Segment Start: SUPPLIED DATA

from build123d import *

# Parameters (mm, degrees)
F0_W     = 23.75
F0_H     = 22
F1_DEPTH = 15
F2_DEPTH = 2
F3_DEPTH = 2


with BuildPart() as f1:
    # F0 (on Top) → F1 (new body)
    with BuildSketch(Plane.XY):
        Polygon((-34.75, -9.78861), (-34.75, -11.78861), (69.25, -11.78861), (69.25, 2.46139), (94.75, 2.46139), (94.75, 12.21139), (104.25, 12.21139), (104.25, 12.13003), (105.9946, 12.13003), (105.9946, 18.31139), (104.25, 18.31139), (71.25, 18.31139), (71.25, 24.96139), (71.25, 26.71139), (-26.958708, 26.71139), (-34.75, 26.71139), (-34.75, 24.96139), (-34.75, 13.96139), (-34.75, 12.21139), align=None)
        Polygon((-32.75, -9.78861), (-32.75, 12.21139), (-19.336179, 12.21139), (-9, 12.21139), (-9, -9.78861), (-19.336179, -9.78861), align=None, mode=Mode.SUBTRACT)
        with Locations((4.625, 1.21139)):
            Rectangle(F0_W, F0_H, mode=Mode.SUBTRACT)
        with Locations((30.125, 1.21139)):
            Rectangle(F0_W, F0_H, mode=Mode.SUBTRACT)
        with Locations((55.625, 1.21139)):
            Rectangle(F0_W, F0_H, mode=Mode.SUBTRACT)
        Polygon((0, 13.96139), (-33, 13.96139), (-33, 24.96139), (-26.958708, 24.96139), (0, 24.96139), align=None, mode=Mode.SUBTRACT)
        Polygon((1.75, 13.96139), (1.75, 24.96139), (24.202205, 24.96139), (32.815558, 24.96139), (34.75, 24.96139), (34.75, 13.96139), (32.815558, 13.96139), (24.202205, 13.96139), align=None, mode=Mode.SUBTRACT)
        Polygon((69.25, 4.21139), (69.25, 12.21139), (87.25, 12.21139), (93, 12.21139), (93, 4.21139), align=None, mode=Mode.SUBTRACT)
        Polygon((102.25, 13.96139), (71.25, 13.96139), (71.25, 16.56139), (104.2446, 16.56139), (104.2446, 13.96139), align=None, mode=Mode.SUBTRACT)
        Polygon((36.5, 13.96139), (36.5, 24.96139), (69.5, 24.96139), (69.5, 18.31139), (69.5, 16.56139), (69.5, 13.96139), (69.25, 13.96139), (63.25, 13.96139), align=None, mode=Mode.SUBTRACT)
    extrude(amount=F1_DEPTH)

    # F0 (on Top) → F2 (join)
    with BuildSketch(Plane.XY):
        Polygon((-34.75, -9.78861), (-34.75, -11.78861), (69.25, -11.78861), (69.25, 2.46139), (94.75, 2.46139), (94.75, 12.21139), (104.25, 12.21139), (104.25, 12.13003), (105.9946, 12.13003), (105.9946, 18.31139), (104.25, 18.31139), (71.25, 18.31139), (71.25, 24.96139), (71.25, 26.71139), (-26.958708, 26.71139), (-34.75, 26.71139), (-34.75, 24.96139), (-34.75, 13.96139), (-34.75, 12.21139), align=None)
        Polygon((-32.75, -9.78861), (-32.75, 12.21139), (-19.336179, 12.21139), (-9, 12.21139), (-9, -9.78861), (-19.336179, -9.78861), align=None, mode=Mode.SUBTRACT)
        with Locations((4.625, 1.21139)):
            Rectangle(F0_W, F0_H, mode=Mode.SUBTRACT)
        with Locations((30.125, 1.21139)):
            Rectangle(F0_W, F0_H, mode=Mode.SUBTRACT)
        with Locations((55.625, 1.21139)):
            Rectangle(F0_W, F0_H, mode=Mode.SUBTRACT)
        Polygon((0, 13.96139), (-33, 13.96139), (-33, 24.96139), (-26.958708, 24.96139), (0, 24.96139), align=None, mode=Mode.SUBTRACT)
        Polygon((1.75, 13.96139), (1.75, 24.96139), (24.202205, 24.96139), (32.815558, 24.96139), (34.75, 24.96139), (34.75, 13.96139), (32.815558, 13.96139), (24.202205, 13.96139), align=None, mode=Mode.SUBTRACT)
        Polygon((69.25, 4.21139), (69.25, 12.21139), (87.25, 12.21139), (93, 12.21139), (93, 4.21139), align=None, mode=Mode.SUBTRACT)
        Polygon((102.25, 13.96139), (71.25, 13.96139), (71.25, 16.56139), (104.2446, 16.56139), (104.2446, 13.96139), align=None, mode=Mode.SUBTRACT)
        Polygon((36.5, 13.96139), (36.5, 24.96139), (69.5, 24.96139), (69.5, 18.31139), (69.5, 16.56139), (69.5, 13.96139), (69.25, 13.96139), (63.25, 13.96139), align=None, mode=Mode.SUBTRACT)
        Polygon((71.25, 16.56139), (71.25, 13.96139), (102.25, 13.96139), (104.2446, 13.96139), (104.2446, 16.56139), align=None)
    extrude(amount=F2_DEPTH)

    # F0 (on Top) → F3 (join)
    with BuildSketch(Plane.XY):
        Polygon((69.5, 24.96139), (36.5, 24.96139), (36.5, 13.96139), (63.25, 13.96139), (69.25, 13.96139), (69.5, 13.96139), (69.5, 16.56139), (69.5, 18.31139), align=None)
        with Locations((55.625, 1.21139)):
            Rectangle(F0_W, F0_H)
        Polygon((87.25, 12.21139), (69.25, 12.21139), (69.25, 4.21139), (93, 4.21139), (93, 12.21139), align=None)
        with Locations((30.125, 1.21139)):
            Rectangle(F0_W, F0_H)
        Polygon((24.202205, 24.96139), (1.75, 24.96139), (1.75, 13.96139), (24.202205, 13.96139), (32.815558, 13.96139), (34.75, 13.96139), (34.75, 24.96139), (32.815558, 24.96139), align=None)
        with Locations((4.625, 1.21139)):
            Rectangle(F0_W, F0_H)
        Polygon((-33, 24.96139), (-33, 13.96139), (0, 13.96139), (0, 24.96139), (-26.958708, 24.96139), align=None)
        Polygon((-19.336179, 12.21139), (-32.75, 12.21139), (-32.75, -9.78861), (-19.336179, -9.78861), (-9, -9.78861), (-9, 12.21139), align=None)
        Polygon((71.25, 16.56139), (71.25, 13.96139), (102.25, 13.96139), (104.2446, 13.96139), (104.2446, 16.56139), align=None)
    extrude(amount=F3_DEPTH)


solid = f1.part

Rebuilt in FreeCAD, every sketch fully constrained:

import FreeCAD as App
import Part
import Sketcher


def add_polygon(sketch, points):
    """Adds a closed chain of lines whose ends are joined by coincident constraints."""
    first, n = sketch.GeometryCount, len(points)
    for a, b in zip(points, points[1:] + points[:1]):
        sketch.addGeometry(Part.LineSegment(App.Vector(*a, 0), App.Vector(*b, 0)), False)
    for i in range(n):
        sketch.addConstraint(Sketcher.Constraint("Coincident", first + i, 2, first + (i + 1) % n, 1))

doc = App.newDocument("Part")
body = doc.addObject("PartDesign::Body", "Body")

# Sketch on XY plane
sketch1 = body.newObject("Sketcher::SketchObject", "Sketch")
sketch1.AttachmentSupport = (doc.getObject("XY_Plane"), [""])
sketch1.MapMode = "FlatFace"
add_polygon(sketch1, [(-34.75, -11.78861), (69.25, -11.78861), (69.25, 2.46139), (94.75, 2.46139), (94.75, 12.21139), (104.25, 12.21139), (104.25, 12.13003), (105.9946, 12.13003), (105.9946, 18.31139), (71.25, 18.31139), (71.25, 26.71139), (-34.75, 26.71139)])  # lines 0-11
add_polygon(sketch1, [(-9, -9.78861), (-32.75, -9.78861), (-32.75, 12.21139), (-9, 12.21139)])  # lines 12-15
add_polygon(sketch1, [(16.5, -9.78861), (-7.25, -9.78861), (-7.25, 12.21139), (16.5, 12.21139)])  # lines 16-19
add_polygon(sketch1, [(42, -9.78861), (18.25, -9.78861), (18.25, 12.21139), (42, 12.21139)])  # lines 20-23
add_polygon(sketch1, [(67.5, -9.78861), (43.75, -9.78861), (43.75, 12.21139), (67.5, 12.21139)])  # lines 24-27
add_polygon(sketch1, [(0, 24.96139), (0, 13.96139), (-33, 13.96139), (-33, 24.96139)])  # lines 28-31
add_polygon(sketch1, [(34.75, 13.96139), (1.75, 13.96139), (1.75, 24.96139), (34.75, 24.96139)])  # lines 32-35
add_polygon(sketch1, [(93, 4.21139), (69.25, 4.21139), (69.25, 12.21139), (93, 12.21139)])  # lines 36-39
add_polygon(sketch1, [(104.2446, 13.96139), (71.25, 13.96139), (71.25, 16.56139), (104.2446, 16.56139)])  # lines 40-43
add_polygon(sketch1, [(69.5, 13.96139), (36.5, 13.96139), (36.5, 24.96139), (69.5, 24.96139)])  # lines 44-47
sketch1.addConstraint([
    Sketcher.Constraint("Horizontal", 0),
    Sketcher.Constraint("Vertical", 1),
    Sketcher.Constraint("Horizontal", 2),
    Sketcher.Constraint("Vertical", 3),
    Sketcher.Constraint("Horizontal", 4),
    Sketcher.Constraint("Vertical", 5),
    Sketcher.Constraint("Horizontal", 6),
    Sketcher.Constraint("Vertical", 7),
    Sketcher.Constraint("Horizontal", 8),
    Sketcher.Constraint("Vertical", 9),
    Sketcher.Constraint("Horizontal", 10),
    Sketcher.Constraint("Vertical", 11),
    Sketcher.Constraint("Horizontal", 12),
    Sketcher.Constraint("Vertical", 13),
    Sketcher.Constraint("Horizontal", 14),
    Sketcher.Constraint("Vertical", 15),
    Sketcher.Constraint("Horizontal", 16),
    Sketcher.Constraint("Vertical", 17),
    Sketcher.Constraint("Horizontal", 18),
    Sketcher.Constraint("Vertical", 19),
    Sketcher.Constraint("Horizontal", 20),
    Sketcher.Constraint("Vertical", 21),
    Sketcher.Constraint("Horizontal", 22),
    Sketcher.Constraint("Vertical", 23),
    Sketcher.Constraint("Horizontal", 24),
    Sketcher.Constraint("Vertical", 25),
    Sketcher.Constraint("Horizontal", 26),
    Sketcher.Constraint("Vertical", 27),
    Sketcher.Constraint("Vertical", 28),
    Sketcher.Constraint("Horizontal", 29),
    Sketcher.Constraint("Vertical", 30),
    Sketcher.Constraint("Horizontal", 31),
    Sketcher.Constraint("Horizontal", 32),
    Sketcher.Constraint("Vertical", 33),
    Sketcher.Constraint("Horizontal", 34),
    Sketcher.Constraint("Vertical", 35),
    Sketcher.Constraint("Horizontal", 36),
    Sketcher.Constraint("Vertical", 37),
    Sketcher.Constraint("Horizontal", 38),
    Sketcher.Constraint("Vertical", 39),
    Sketcher.Constraint("Horizontal", 40),
    Sketcher.Constraint("Vertical", 41),
    Sketcher.Constraint("Horizontal", 42),
    Sketcher.Constraint("Vertical", 43),
    Sketcher.Constraint("Horizontal", 44),
    Sketcher.Constraint("Vertical", 45),
    Sketcher.Constraint("Horizontal", 46),
    Sketcher.Constraint("Vertical", 47),
    Sketcher.Constraint("PointOnObject", 28, 2, -2),
    Sketcher.Constraint("Horizontal", 4, 2, 13, 2),
    Sketcher.Constraint("Horizontal", 15, 2, 16, 2),
    Sketcher.Constraint("Horizontal", 14, 2, 17, 2),
    Sketcher.Constraint("Horizontal", 19, 2, 20, 2),
    Sketcher.Constraint("Horizontal", 18, 2, 21, 2),
    Sketcher.Constraint("Horizontal", 23, 2, 24, 2),
    Sketcher.Constraint("Horizontal", 22, 2, 25, 2),
    Sketcher.Constraint("Horizontal", 29, 2, 32, 2),
    Sketcher.Constraint("Horizontal", 31, 2, 33, 2),
    Sketcher.Constraint("Horizontal", 26, 2, 37, 2),
    Sketcher.Constraint("Horizontal", 35, 2, 40, 2),
    Sketcher.Constraint("Horizontal", 43, 2, 44, 2),
    Sketcher.Constraint("Horizontal", 34, 2, 45, 2),
    Sketcher.Constraint("Vertical", 1, 2, 36, 2),
    Sketcher.Constraint("Vertical", 9, 2, 40, 2),
    Sketcher.Constraint("Equal", 14, 16),
    Sketcher.Constraint("Equal", 18, 20),
    Sketcher.Constraint("Equal", 22, 24),
    Sketcher.Constraint("Equal", 31, 32),
    Sketcher.Constraint("Equal", 26, 36),
    Sketcher.Constraint("Equal", 34, 44),
    Sketcher.Constraint("DistanceX", 0, 1, 0, 2, 104.0),
    Sketcher.Constraint("DistanceX", 10, 2, 10, 1, 106.0),
    Sketcher.Constraint("DistanceX", 29, 2, 29, 1, 33.0),
    Sketcher.Constraint("DistanceY", 13, 1, 13, 2, 22.0),
    Sketcher.Constraint("DistanceY", 28, 2, 28, 1, 11.0),
    Sketcher.Constraint("DistanceY", 37, 1, 37, 2, 8.0),
    Sketcher.Constraint("DistanceX", 2, 1, 2, 2, 25.5),
    Sketcher.Constraint("DistanceX", 4, 1, 4, 2, 9.5),
    Sketcher.Constraint("DistanceY", 9, 1, 9, 2, 8.4),
    Sketcher.Constraint("DistanceY", 11, 2, 11, 1, 38.5),
    Sketcher.Constraint("DistanceY", 41, 1, 41, 2, 2.6),
    Sketcher.Constraint("DistanceX", 14, 2, -1, 1, 9.0),
    Sketcher.Constraint("DistanceX", -1, 1, 22, 2, 42.0),
    Sketcher.Constraint("DistanceX", -1, 1, 38, 2, 93.0),
    Sketcher.Constraint("DistanceY", 0, 2, 3, 2, 24.0),
    Sketcher.Constraint("DistanceX", 17, 2, 32, 2, 9.0),
    Sketcher.Constraint("DistanceX", 34, 2, 25, 2, 9.0),
    Sketcher.Constraint("DistanceX", 26, 2, 47, 2, 2.0),
    Sketcher.Constraint("DistanceX", 12, 2, 12, 1, 23.75),
    Sketcher.Constraint("DistanceY", 1, 1, 1, 2, 14.25),
    Sketcher.Constraint("DistanceX", -1, 1, 18, 2, 16.5),
    Sketcher.Constraint("DistanceY", 1, 2, 40, 2, 11.5),
    Sketcher.Constraint("DistanceX", 42, 2, 7, 2, 1.75),
    Sketcher.Constraint("DistanceX", 6, 1, 6, 2, 1.7446),
    Sketcher.Constraint("DistanceY", 5, 2, 5, 1, 0.08136),
    Sketcher.Constraint("DistanceY", 0, 2, -1, 1, 11.78861),
])
pad1 = body.newObject("PartDesign::Pad", "Pad")
pad1.Profile = sketch1
pad1.Length = 15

Segment End: SUPPLIED DATA

**TASK ITEM:** Exactly the lines above from the one with "solid = f1.part" to the one with "Rebuilt in FreeCAD, every", both included, are to be quoted; leave the rest out.

**RESPONSE TO THIS EXERCISE:**
solid = f1.part

Rebuilt in FreeCAD, every sketch fully constrained:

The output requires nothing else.